In this article, I am introducing an item analysis software tool that I use, as a teacher, to enrich my education. And it is totally free for you to use!

It consists of a spreadsheet that provides a quality check of the test that I used. Most importantly I am able to use the generated data as valuable personal feedback material for my students.

#### The test matrix

The first stage of the spreadsheet consists of the test matrix. Here the weight factor of all questions (or problems) must be filled in (the spreadsheet handles at the moment a maximum of 18 questions). Each question can furthermore be labeled into a maximum of 7 categories, depending on the subject you teach an on the learning factors that you want to monitor. After filling, the matrix also provides a fast and easy check beforehand of the validity and quality of the test.

The example test consists of 10 questions, with a maximum total score of 33 points.

#### The individual test results

Now it is time to fill in the names of all participating pupils. When the email addresses are also included, communication with the pupils can be greatly facilitated. This spreadsheet is developed to work seamlessly with the ‘YAMM’ mail add-on within the Google Education environment.

The detailed results of the tests must, of course, be filled in, per individual pupil.

#### Analysis of the test results on a group scale

When al test results are copied into the spreadsheet some interesting variables are visible to be judged by you. The class average score (Mean), the percentage of fails. But also the p-value and Rit value of every question of the test are presented. The Rit value quantifies the discriminating power of the question. Rit values become really meaningful only when the number of students exceeds 50.

You can now verify the validity of each of your individual questions. A p-value between 0,3 and 0,8 is desirable, as is a Rit value greater than 0,2. Deviations light up in red.

For each of the categories that you decided to include in your analysis, the class average p-value is also presented.

These general test results form a powerful instrument for you as a teacher. With it you can investigate the trustworthiness of the test as a whole. Weak questions will stand out as such. By replacing, or reformulating, these weak questions with a view to future use of this test, the quality, and thus the effectiveness, of the test can be improved. Questions and/or categories with a low score could also indicate attention points for future lessons. In our example, the students struggled significantly more with the quantitative problems in the test, questions where they had to calculate. I can choose to adjust the activities in my lessons accordingly.
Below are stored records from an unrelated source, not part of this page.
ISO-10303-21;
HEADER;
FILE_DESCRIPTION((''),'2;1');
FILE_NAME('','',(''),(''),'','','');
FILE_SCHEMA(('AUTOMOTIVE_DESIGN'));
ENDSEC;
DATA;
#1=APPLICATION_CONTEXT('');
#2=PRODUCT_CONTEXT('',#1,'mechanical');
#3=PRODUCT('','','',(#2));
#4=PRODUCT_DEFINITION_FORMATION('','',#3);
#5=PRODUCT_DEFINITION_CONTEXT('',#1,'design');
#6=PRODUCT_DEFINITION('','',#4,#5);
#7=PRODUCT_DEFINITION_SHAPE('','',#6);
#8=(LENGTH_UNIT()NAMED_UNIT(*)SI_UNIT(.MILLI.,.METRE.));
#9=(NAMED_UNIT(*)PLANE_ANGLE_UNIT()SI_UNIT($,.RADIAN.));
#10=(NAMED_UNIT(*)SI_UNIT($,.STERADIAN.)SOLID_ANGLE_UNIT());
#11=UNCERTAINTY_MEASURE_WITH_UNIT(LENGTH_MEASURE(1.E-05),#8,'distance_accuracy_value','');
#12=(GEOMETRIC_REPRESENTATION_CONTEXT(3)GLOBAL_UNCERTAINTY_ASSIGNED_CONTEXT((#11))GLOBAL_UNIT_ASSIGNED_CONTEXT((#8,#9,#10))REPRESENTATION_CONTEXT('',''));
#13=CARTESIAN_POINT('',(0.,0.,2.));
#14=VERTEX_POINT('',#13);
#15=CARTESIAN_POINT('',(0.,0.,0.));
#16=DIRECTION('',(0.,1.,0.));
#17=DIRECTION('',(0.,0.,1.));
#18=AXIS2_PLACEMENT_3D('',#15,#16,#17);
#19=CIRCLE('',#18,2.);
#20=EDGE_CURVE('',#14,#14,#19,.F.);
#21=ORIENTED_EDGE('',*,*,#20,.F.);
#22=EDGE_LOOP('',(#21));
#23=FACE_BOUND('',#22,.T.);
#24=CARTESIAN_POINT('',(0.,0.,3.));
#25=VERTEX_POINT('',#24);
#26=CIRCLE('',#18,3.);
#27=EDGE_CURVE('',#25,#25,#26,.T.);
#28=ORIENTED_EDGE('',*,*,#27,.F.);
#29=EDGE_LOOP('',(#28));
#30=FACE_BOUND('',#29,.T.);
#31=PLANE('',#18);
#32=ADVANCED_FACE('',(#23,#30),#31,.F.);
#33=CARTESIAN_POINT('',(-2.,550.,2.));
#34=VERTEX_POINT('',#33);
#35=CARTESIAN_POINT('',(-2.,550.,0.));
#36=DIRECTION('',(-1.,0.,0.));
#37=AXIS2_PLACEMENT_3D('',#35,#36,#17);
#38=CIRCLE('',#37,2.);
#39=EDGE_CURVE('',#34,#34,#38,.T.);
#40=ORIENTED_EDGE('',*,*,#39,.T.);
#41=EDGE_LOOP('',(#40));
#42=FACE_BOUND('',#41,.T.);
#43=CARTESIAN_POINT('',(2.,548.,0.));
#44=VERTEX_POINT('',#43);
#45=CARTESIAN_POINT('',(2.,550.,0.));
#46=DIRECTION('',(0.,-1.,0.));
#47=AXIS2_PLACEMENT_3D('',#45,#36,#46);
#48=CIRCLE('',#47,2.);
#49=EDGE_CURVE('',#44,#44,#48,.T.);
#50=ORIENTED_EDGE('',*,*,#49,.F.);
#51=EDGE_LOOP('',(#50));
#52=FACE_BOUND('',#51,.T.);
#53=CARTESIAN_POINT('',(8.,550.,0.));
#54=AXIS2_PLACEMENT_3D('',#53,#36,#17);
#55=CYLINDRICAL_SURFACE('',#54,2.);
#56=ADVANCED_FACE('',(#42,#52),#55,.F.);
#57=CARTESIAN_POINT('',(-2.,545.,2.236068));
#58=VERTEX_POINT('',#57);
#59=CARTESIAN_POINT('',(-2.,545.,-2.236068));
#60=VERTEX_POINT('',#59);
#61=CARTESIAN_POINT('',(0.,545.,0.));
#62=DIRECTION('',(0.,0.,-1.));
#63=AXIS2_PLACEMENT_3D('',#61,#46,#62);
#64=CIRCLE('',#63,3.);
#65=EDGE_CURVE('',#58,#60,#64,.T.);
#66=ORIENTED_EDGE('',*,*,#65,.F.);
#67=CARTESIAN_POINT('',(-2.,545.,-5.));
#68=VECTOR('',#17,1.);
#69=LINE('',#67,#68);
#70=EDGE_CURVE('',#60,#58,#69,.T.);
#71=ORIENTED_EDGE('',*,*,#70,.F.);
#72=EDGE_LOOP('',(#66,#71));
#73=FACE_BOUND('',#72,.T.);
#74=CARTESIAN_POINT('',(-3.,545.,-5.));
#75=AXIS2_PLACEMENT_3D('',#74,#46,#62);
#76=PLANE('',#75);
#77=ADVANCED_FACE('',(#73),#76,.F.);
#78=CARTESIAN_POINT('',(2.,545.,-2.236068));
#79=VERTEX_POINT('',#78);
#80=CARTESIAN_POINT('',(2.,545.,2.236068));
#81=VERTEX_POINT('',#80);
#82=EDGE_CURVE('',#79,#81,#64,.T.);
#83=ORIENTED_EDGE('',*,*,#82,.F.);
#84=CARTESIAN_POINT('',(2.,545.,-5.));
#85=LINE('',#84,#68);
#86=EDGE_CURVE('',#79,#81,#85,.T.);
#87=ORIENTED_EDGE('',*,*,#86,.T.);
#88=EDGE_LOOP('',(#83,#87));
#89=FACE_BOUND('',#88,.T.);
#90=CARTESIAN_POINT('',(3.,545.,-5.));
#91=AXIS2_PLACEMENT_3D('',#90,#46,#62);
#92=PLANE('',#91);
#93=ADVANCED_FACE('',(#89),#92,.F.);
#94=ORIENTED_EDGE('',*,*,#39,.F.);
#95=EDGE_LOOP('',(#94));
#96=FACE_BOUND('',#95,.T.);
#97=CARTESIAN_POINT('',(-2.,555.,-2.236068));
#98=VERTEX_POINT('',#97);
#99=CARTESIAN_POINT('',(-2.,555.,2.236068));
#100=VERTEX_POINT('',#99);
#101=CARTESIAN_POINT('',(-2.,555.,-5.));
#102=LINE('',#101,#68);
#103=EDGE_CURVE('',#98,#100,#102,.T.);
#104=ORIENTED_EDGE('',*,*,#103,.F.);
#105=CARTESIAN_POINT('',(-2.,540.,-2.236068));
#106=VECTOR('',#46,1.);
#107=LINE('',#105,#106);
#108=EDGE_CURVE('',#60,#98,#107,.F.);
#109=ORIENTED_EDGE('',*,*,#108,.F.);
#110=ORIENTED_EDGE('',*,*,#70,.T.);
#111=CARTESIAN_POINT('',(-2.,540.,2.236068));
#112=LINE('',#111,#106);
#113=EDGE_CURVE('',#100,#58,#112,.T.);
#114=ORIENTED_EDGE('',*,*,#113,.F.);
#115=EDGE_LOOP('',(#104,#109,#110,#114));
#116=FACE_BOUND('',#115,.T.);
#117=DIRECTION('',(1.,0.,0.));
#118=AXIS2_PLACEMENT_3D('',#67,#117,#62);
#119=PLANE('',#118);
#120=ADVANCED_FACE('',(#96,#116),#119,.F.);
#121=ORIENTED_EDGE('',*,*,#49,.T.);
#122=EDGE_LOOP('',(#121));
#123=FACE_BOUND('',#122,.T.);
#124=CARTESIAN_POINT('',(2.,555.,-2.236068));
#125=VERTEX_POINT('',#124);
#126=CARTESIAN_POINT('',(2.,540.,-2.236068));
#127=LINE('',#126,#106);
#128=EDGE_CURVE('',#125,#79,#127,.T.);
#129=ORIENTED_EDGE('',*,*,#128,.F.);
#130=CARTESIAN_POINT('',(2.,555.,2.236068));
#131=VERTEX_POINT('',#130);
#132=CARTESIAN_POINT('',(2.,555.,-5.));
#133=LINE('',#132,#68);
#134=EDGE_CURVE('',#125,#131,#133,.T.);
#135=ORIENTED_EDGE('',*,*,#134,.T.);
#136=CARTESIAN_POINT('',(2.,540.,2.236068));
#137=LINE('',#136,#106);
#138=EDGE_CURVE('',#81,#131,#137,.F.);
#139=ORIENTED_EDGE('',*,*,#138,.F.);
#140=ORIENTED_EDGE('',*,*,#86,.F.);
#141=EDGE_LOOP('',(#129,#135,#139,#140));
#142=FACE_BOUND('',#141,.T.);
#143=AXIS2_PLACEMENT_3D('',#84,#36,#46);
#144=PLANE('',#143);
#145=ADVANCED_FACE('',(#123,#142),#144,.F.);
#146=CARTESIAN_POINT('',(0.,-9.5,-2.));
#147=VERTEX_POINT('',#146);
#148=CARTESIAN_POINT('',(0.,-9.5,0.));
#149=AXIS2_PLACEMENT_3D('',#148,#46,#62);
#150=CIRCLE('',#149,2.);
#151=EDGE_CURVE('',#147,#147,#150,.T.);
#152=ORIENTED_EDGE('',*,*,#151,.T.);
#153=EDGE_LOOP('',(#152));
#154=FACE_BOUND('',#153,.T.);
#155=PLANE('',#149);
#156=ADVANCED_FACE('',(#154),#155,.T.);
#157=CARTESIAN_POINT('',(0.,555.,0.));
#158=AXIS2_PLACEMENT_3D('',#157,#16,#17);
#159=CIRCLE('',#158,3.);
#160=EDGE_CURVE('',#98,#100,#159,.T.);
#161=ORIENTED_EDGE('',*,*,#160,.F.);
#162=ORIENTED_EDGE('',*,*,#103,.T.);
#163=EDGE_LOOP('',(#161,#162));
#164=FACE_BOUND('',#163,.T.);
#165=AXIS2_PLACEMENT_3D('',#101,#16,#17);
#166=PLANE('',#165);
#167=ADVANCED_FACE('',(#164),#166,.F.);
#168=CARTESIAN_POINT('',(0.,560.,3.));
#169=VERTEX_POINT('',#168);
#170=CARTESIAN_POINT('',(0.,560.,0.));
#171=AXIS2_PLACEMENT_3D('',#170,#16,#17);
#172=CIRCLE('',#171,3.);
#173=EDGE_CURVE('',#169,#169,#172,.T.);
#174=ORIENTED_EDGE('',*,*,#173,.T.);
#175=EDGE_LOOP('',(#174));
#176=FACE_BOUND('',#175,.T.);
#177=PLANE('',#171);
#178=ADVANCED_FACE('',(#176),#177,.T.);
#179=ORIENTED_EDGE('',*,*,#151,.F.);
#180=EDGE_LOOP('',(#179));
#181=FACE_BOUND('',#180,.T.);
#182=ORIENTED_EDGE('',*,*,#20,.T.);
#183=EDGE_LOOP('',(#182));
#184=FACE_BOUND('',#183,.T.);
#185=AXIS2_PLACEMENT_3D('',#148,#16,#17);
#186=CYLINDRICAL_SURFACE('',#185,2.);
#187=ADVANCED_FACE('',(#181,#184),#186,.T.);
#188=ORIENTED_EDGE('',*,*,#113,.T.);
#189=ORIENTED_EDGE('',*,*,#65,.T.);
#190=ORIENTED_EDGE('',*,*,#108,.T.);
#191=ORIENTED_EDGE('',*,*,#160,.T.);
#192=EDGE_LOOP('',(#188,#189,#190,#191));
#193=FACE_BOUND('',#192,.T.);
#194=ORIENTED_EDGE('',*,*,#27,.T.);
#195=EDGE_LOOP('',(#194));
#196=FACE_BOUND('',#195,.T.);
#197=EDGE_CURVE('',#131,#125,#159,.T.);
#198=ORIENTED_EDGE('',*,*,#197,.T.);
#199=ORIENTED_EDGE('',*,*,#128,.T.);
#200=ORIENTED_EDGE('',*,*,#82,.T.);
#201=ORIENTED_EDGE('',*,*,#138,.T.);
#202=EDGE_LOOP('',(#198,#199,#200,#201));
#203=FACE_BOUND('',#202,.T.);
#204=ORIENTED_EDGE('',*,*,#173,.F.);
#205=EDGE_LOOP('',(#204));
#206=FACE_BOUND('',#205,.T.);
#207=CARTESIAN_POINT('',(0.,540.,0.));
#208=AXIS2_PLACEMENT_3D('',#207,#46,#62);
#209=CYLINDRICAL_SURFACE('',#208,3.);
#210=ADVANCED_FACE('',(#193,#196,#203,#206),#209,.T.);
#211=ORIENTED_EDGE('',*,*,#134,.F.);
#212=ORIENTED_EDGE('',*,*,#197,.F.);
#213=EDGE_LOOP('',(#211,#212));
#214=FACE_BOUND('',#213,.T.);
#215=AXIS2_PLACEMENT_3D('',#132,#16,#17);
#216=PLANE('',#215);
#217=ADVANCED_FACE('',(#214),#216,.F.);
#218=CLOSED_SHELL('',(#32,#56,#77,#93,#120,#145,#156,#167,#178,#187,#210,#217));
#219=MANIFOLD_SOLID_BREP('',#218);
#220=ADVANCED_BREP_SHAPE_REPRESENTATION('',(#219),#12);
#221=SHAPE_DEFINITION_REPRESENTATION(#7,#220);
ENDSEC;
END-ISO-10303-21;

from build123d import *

# Parameters (mm, degrees)
SKETCH_2_R          = 3
EXTRUDE_1_DEPTH     = 540
SKETCH_3_R          = 2
EXTRUDE_2_DEPTH     = 9.5
SKETCH_4_R          = 3
EXTRUDE_3_DEPTH     = 20
SKETCH_6_W          = 1
SKETCH_6_H          = 10
CUT_EXTRUDE_2_DEPTH = 5
SKETCH_7_R          = 2
CUT_EXTRUDE_3_DEPTH = 10


with BuildPart() as part:
    # 草图2 → 凸台-拉伸1 (new body)
    with BuildSketch(Plane(origin=(0, 0, 0), x_dir=(1, 0, 0), z_dir=(0, 1, 0))):
        with Locations(Location((0, 0, 0), (0, 0, 270))):
            Circle(SKETCH_2_R)
    extrude(amount=EXTRUDE_1_DEPTH)

    # 草图3 → 凸台-拉伸2 (add)
    with BuildSketch(Plane.XZ):
        with Locations(Location((0, 0, 0), (0, 0, 90))):
            Circle(SKETCH_3_R)
    extrude(amount=EXTRUDE_2_DEPTH)

    # 草图4 → 凸台-拉伸3 (add)
    with BuildSketch(Plane(origin=(0, 540, 0), x_dir=(1, 0, 0), z_dir=(0, 1, 0))):
        with Locations(Location((0, 0, 0), (0, 0, 270))):
            Circle(SKETCH_4_R)
    extrude(amount=EXTRUDE_3_DEPTH)

    # 草图6 → 切除-拉伸2 (cut, symmetric)
    with BuildSketch(Plane.XY):
        with Locations((-2.5, 550)):
            Rectangle(SKETCH_6_W, SKETCH_6_H)
        with Locations((2.5, 550)):
            Rectangle(SKETCH_6_W, SKETCH_6_H)
    extrude(amount=CUT_EXTRUDE_2_DEPTH, both=True, mode=Mode.SUBTRACT)

    # 草图7 → 切除-拉伸3 (cut)
    with BuildSketch(Plane.ZY.offset(2)):
        with Locations((0, 550)):
            Circle(SKETCH_7_R)
    extrude(amount=-CUT_EXTRUDE_3_DEPTH, mode=Mode.SUBTRACT)


solid = part.part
**Analysis of the results on an individual scale**

You also gain valuable information on the absolute and relative results of each of your pupils. The score and grade are depicted, as well as the percentile score of the pupil, rounded to the nearest decade (students with a percentile score below 20% receive the somewhat less punitive ‘<20 o:p=””>

Furthermore, the percentages per category are calculated and made visible. Scores below 50% light up in red. Now you can zoom in on specific qualities and deficiencies of each of your students. Subsequently, you have the choice to share some or all of these results with your students. It can be a part of a standard reflection activity (please read my article on this, ‘Good practice 3’). I share this insightful information with my pupils by means of an automatically generated and personal mail, or in the form of a reflection form.

#### Conclusion

Bringing this analysis tool into my system I am experiencing four advantages:

- Filling in the matrix forces me to reconsider the validity of the test that I am planning to deploy.
- The test results are saved together in one clear system. I noticed that I started to make fewer mistakes in the process of revising the test results. This alone more than compensated the extra time it takes to fill in all individual results of my pupils.
- I can evaluate the validity of my test, and of all of the questions in it. It enables me to improve the quality of my test, for future purposes.

And most importantly

- It enables me to give highly valuable, personal and data-based feedback to my students. So that I can help them better in the process of learning.